4. Open up the "snesrom" folder
5. Put games into the "roms_ex" folder

That said, I am not sure which version of the SNES Classic clone will these steps apply to, considering the sheer number of clones out there. 

But, I believe it should work for this particular version, with the Rockchip RK3128 chip. 

If anyone has a clone system please try out these steps and let me know if it works. I appreciate the input.


----------



## nickzero (Jun 22, 2020)

Interesting, your snes mini have a micro sd on motherboard?

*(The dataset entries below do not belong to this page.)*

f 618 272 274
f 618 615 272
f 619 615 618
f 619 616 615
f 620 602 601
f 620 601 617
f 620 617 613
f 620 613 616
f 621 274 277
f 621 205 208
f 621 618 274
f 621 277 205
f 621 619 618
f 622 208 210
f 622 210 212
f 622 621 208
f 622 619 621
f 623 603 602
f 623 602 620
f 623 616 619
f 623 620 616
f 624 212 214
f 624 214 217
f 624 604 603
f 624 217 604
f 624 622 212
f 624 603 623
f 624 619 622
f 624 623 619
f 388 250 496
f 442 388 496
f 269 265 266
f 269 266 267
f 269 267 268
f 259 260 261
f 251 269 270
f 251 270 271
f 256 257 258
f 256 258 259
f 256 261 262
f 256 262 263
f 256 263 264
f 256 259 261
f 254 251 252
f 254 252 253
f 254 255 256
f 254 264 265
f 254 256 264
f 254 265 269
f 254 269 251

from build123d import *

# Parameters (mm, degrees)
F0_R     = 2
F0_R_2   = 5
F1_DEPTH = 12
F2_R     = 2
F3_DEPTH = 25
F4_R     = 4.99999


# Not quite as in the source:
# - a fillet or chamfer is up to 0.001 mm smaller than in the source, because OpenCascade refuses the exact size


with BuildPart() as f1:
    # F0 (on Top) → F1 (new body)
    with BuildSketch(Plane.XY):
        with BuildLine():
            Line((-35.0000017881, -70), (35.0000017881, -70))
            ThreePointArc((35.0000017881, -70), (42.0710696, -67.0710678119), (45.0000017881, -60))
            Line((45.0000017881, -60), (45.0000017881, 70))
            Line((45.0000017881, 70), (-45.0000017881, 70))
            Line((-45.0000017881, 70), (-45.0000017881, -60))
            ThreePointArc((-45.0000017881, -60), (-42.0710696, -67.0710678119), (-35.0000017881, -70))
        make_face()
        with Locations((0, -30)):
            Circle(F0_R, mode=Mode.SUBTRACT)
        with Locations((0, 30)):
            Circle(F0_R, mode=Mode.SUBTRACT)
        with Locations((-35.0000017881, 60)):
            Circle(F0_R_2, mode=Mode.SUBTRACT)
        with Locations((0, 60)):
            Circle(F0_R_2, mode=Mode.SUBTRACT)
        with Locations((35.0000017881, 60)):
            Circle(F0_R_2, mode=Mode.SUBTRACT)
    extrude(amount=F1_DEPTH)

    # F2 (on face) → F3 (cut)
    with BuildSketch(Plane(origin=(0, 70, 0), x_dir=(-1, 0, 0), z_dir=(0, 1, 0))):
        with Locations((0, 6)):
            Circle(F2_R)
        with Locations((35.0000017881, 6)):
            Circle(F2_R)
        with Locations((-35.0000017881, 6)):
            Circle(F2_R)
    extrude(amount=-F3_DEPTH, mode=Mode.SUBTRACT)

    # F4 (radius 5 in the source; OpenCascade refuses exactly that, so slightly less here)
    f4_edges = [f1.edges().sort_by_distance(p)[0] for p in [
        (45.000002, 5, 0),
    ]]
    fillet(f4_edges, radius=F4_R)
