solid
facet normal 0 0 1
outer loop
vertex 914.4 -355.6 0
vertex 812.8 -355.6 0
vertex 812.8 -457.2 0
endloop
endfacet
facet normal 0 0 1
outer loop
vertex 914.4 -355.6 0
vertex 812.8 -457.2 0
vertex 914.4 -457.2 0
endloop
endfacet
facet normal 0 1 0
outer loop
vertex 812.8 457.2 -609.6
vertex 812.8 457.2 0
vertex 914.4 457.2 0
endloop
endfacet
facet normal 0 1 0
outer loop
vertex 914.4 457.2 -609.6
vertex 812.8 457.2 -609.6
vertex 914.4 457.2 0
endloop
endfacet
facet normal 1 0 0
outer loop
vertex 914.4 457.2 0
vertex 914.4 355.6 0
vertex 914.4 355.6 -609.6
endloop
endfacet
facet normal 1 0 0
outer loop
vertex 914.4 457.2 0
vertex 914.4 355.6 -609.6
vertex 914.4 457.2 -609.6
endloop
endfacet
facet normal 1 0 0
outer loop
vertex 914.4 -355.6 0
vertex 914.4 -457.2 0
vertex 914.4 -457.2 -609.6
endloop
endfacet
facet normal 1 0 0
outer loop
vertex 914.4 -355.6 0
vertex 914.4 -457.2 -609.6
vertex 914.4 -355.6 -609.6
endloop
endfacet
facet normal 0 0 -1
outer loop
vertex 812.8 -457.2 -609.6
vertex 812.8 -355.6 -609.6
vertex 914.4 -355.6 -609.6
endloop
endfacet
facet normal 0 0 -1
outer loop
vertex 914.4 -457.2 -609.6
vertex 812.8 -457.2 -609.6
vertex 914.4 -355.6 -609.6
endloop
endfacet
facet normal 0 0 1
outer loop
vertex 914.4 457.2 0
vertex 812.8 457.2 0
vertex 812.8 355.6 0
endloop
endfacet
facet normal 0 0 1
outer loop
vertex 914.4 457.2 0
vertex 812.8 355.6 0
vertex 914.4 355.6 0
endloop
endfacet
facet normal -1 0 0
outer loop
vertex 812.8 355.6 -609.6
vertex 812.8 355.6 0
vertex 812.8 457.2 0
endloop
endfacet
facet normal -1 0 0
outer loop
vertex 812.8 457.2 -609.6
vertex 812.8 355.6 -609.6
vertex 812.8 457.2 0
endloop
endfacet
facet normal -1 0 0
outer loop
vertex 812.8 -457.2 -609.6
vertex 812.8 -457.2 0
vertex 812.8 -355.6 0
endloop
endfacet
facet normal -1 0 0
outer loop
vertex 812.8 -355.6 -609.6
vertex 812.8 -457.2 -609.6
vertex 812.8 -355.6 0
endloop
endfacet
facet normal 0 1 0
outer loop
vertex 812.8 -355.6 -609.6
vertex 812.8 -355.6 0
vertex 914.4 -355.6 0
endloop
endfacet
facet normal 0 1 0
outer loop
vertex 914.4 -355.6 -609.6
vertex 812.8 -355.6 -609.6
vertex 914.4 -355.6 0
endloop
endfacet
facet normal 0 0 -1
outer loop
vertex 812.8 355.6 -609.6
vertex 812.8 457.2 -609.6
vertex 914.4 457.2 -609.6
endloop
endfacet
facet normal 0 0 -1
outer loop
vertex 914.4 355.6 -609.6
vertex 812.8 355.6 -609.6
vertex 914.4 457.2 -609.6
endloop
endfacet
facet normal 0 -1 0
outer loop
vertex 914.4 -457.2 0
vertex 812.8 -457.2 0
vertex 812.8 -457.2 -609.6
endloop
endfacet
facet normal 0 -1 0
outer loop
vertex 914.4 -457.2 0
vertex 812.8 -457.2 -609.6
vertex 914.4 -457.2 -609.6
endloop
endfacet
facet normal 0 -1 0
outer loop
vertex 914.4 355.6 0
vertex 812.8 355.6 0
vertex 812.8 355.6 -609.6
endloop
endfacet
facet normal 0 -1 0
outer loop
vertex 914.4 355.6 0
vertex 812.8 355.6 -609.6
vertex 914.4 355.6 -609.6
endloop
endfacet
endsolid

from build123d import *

# Parameters (mm, degrees)
F1_W     = 101.6
F1_H     = 101.6
F2_DEPTH = 609.6


with BuildPart() as f2:
    # F1 (on Top) → F2 (new body)
    with BuildSketch(Plane.XY):
        with Locations((863.6, -406.4)):
            Rectangle(F1_W, F1_H)
        with Locations((863.6, 406.4)):
            Rectangle(F1_W, F1_H)
    extrude(amount=-F2_DEPTH)


solid = f2.part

--------------------- MERGED ---------------------------

interesting, your snes mini have micro sd reader on motherboard?


----------



## Mexicalipc (Aug 9, 2020)

Eric, what clone do you have?

--------------------- MERGED ---------------------------

Hello, which clone do you have?? I have this and would like to add Games to it.


----------



## Stargazer (Oct 27, 2020)

I have NES Classic Mini, but it's fake one, It has the same circuit board as fake SNES Classic Mini (Red Circuit board with micro SD card slot). When I installed micro SD card with some NES roms in it and cinnected it to TV, the secret menu opened (photo attached) but it couldn't find any roms. How can I make it find roms on micro SD card?

--------------------- MERGED ---------------------------



Stargazer said:


> I have NES Classic Mini, but it's fake one, It has the same circuit board as fake SNES Classic Mini (Red Circuit board with micro SD card slot). When I installed micro SD card with some NES roms in it and connected it to TV, the secret menu opened (photo attached) but it couldn't find any roms. How can I make it find roms on micro SD card?

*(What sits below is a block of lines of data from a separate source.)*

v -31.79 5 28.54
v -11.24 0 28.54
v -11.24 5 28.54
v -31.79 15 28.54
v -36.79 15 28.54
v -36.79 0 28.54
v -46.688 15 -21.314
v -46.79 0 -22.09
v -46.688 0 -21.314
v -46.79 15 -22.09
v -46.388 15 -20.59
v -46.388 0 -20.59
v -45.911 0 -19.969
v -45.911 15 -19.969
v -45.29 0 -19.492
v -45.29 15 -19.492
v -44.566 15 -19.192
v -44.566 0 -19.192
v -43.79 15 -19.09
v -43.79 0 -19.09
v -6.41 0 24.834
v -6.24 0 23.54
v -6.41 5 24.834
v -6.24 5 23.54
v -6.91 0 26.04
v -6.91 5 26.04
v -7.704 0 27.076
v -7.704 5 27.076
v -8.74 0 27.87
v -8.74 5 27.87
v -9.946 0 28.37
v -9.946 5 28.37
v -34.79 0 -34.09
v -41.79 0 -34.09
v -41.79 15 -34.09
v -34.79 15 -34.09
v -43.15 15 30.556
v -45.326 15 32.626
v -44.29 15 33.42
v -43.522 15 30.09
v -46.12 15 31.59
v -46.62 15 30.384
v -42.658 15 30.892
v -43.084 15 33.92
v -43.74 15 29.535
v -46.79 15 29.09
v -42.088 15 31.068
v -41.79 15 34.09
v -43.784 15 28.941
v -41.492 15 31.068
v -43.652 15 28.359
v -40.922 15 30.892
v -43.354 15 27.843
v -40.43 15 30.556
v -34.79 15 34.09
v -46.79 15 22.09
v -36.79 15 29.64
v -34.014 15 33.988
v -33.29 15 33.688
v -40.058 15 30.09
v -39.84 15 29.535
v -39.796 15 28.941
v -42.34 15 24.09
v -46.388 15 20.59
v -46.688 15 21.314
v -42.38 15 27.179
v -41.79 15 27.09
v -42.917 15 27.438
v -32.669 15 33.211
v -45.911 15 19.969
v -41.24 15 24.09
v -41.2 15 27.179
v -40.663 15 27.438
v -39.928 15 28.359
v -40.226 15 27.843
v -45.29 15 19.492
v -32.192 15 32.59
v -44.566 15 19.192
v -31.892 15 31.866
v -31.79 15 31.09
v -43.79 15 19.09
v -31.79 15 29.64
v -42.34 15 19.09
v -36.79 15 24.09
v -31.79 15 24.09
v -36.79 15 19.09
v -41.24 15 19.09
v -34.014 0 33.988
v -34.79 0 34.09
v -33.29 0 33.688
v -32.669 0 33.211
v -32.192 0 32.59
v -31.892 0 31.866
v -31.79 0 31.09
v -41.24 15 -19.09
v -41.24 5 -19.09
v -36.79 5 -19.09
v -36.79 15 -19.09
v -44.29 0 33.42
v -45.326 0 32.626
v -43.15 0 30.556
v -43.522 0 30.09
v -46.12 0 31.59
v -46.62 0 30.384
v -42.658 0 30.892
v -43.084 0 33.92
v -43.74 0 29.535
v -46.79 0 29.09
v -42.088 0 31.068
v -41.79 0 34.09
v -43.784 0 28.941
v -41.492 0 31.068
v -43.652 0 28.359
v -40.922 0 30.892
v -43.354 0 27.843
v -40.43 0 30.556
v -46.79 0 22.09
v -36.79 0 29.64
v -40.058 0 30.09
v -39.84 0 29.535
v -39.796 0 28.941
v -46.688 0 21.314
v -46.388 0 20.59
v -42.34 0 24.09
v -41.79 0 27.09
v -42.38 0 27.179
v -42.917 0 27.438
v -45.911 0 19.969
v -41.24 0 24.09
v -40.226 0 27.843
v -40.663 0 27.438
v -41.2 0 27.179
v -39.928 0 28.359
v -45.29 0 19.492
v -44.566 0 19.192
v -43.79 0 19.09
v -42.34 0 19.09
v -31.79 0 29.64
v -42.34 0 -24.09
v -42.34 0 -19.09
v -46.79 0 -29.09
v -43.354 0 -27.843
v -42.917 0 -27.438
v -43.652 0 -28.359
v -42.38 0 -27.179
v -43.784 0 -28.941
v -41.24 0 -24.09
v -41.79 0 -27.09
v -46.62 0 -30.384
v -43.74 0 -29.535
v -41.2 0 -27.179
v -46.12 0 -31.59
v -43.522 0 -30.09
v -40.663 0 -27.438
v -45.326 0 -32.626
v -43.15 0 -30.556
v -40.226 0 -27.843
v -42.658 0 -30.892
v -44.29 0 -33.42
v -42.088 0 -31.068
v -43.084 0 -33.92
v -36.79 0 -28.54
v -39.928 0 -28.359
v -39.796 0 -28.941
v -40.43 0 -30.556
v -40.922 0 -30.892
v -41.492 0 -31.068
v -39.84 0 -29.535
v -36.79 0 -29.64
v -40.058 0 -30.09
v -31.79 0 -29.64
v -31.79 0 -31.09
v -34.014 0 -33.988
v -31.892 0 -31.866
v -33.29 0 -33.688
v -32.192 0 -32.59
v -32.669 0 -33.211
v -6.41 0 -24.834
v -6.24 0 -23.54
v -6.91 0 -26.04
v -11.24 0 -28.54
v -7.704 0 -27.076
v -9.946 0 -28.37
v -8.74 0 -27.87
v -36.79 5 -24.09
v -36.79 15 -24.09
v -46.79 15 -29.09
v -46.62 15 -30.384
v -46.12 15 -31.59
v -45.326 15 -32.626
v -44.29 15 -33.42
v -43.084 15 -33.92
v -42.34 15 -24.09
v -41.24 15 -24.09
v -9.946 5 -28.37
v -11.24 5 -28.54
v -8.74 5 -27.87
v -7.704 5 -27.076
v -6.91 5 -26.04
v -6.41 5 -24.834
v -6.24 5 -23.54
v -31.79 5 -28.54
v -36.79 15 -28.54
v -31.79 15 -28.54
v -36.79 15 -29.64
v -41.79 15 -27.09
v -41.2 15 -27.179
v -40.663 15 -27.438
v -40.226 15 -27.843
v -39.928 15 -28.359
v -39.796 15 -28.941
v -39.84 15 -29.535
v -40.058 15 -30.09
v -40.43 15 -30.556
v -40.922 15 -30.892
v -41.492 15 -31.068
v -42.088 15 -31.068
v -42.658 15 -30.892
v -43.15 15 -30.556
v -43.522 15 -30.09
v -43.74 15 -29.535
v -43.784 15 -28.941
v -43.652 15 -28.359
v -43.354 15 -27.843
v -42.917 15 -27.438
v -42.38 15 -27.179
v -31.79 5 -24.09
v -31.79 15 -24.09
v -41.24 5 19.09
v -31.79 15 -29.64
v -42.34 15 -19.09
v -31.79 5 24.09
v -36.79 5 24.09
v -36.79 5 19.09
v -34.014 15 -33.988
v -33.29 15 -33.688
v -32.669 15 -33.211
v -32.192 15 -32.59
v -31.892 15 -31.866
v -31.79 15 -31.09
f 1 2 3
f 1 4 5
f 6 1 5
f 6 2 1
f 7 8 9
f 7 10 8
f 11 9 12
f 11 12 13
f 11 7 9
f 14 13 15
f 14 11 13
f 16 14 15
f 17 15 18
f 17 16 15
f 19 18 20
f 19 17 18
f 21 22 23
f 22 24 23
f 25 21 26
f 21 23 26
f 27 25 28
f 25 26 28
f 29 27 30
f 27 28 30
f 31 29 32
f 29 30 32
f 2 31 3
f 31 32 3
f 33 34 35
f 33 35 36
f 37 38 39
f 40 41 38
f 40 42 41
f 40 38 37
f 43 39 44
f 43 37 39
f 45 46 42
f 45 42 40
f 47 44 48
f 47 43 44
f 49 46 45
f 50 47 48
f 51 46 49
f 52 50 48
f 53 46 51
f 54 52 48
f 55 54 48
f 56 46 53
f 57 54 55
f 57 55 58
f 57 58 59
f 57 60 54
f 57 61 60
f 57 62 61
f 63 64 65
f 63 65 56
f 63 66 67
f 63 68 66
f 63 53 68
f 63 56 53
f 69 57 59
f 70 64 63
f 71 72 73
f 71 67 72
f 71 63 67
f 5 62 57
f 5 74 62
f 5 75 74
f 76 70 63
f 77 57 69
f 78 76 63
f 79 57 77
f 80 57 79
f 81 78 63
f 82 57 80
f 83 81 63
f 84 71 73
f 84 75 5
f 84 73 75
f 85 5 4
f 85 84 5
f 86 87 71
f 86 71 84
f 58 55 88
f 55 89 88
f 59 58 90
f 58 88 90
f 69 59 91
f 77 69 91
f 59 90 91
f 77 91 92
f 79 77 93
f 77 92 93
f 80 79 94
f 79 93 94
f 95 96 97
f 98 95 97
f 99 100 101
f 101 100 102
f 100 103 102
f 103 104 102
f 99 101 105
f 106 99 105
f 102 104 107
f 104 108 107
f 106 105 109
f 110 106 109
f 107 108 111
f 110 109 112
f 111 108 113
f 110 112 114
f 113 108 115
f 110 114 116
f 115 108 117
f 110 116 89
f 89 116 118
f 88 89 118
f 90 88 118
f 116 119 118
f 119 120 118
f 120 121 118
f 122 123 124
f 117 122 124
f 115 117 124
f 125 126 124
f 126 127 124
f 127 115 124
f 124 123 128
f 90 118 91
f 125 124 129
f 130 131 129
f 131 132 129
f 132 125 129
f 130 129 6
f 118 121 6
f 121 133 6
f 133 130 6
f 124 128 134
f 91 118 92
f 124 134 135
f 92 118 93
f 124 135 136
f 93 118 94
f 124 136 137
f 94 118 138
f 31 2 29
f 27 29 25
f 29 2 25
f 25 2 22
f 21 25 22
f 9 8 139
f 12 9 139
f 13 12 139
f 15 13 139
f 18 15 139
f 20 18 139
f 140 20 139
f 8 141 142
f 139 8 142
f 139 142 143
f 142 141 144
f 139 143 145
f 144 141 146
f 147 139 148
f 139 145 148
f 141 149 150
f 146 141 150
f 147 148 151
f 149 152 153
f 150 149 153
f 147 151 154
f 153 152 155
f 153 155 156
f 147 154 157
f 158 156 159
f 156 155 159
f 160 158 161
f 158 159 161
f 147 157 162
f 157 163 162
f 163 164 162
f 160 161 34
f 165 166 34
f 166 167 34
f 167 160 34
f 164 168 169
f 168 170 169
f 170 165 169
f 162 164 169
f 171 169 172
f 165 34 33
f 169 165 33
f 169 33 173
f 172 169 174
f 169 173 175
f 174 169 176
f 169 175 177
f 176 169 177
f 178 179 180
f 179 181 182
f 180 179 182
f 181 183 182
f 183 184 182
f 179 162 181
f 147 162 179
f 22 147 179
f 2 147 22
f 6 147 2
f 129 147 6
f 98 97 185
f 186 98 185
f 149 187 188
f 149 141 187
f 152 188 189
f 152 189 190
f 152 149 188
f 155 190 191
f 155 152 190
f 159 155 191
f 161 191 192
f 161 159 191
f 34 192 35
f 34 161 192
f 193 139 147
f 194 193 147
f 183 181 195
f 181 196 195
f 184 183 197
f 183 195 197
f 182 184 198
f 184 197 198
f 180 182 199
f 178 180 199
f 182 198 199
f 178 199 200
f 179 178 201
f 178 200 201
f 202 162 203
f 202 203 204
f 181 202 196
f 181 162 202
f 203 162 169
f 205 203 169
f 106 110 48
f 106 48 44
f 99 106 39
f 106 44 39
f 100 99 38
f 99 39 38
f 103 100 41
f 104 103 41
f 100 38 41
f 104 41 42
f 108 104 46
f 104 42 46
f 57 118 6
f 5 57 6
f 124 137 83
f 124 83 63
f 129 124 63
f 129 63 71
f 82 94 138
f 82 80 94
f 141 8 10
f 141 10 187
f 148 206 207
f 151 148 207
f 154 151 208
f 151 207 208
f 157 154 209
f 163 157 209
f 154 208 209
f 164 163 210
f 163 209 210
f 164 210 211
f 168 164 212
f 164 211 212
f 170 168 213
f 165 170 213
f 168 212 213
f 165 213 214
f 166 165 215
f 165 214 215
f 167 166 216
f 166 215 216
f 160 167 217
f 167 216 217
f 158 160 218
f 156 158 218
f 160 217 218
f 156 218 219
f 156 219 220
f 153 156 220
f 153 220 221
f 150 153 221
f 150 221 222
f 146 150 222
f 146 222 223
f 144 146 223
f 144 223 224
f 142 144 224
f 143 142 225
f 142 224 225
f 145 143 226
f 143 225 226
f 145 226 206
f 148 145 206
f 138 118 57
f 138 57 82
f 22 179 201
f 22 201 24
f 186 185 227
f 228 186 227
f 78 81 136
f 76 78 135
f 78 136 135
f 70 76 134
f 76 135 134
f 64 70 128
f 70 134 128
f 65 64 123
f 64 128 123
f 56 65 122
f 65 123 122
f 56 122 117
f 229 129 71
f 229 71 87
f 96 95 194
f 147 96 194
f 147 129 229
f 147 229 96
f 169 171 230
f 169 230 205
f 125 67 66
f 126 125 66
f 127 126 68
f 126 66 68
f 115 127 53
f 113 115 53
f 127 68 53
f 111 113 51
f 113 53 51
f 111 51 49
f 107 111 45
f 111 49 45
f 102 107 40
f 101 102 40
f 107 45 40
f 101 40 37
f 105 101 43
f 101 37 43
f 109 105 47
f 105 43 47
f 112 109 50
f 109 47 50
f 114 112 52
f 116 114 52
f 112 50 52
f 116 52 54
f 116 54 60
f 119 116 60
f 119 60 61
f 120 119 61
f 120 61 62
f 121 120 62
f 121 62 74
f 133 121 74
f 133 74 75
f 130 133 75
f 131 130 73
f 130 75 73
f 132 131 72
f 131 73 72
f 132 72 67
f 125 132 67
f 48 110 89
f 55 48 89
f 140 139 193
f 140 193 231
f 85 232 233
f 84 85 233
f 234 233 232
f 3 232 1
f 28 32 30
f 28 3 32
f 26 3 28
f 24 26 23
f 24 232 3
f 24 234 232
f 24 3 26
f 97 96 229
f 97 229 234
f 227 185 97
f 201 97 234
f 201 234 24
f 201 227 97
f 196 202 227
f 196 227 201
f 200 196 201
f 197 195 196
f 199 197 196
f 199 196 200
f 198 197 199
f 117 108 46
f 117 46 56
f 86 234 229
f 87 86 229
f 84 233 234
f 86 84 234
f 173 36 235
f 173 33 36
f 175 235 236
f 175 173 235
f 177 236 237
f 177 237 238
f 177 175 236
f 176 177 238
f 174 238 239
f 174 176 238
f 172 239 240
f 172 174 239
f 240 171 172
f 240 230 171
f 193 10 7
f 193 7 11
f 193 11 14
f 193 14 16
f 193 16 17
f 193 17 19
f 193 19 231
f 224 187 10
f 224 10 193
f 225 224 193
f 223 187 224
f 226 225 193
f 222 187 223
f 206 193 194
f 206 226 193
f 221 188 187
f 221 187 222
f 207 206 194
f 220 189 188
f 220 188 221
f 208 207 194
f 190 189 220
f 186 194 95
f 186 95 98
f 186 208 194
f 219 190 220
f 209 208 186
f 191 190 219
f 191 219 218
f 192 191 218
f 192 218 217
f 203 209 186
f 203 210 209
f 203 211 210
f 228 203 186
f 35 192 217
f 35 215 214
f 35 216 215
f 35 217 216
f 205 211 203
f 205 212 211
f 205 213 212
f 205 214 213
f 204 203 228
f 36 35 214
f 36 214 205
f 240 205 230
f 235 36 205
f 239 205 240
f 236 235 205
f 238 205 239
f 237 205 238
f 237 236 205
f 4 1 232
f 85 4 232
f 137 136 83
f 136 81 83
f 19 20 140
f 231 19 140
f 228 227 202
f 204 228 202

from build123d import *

# Parameters (mm, degrees)
SKETCH2_W          = 93.58
SKETCH2_H          = 68.18
BASE_DEPTH         = 5
SKETCH2_7_W        = 4.45
SKETCH2_7_H        = 4.45
SKETCH2_7_H_2      = 5
SKETCH2_7_W_2      = 5
SKETCH2_7_H_3      = 1.1
SKETCH2_7_W_3      = 1.1
WALLS_DEPTH        = 15
SKETCH2_10_W       = 1.1
SKETCH2_10_H       = 5
SKETCH2_10_H_2     = 38.18
SKETCH2_10_W_2     = 5
SKETCH2_10_H_3     = 1.1
SKETCH2_10_W_3     = 63.58
ACRYLIC_CUT_DEPTH  = 60.803279174
SKETCH4_W          = 63.58
SKETCH4_H          = 4.45
SKETCH4_W_2        = 4.45
SKETCH4_H_2        = 38.18
CUT_EXTRUDE2_DEPTH = 5
SKETCH5_R          = 2.25
SCREW_HOLES_DEPTH  = 5
FILLET1_R          = 5
FILLET2_R          = 3
SKETCH8_R          = 2
CUT_EXTRUDE3_DEPTH = 15
SKETCH7_W          = 13.03
SKETCH7_H          = 57.08
SKETCH7_W_2        = 40
SKETCH7_H_2        = 68.18
TOP_CUT_DEPTH      = 60.803279174
FILLET4_R          = 5


with BuildPart() as part:
    # Sketch2 → Base (new body)
    with BuildSketch(Plane(origin=(0, 0, 0), x_dir=(1, 0, 0), z_dir=(0, 1, 0))):
        Rectangle(SKETCH2_W, SKETCH2_H)
    extrude(amount=BASE_DEPTH)

    # Sketch2<7> → Walls (add)
    with BuildSketch(Plane(origin=(0, 0, 0), x_dir=(1, 0, 0), z_dir=(0, 1, 0))):
        with Locations((-39.015, 26.315)):
            Rectangle(SKETCH2_7_W, SKETCH2_7_H)
        with Locations((-39.015, 21.59)):
            Rectangle(SKETCH2_7_W, SKETCH2_7_H_2)
        with Locations((-44.565, 21.59)):
            Rectangle(SKETCH2_7_W, SKETCH2_7_H_2)
        with Locations((-44.565, 26.315)):
            Rectangle(SKETCH2_7_W, SKETCH2_7_H)
        with Locations((-44.565, 31.865)):
            Rectangle(SKETCH2_7_W, SKETCH2_7_H)
        with Locations((-39.015, 31.865)):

--------------------- MERGED ---------------------------



Mexicalipc said:


> Eric, what clone do you have?
> 
> --------------------- MERGED ---------------------------
> 
> Hello, which clone do you have?? I have this and would like to add Games to it.



I have the same, but NES Mini


----------



## Checho503 (Nov 10, 2020)

Did you figure this out? I have the same clone except it's an SNES Mini and am getting the same screen! Check out my Imgur post. They wont let me post the link to Imgur. But, if you look up user 'checho503' under 'What Kind of Emulator is This', you can see the post.


----------



## nickzero (Dec 26, 2020)

micro sd  game/nes/game.nes


----------



## murcielago2 (Jan 23, 2021)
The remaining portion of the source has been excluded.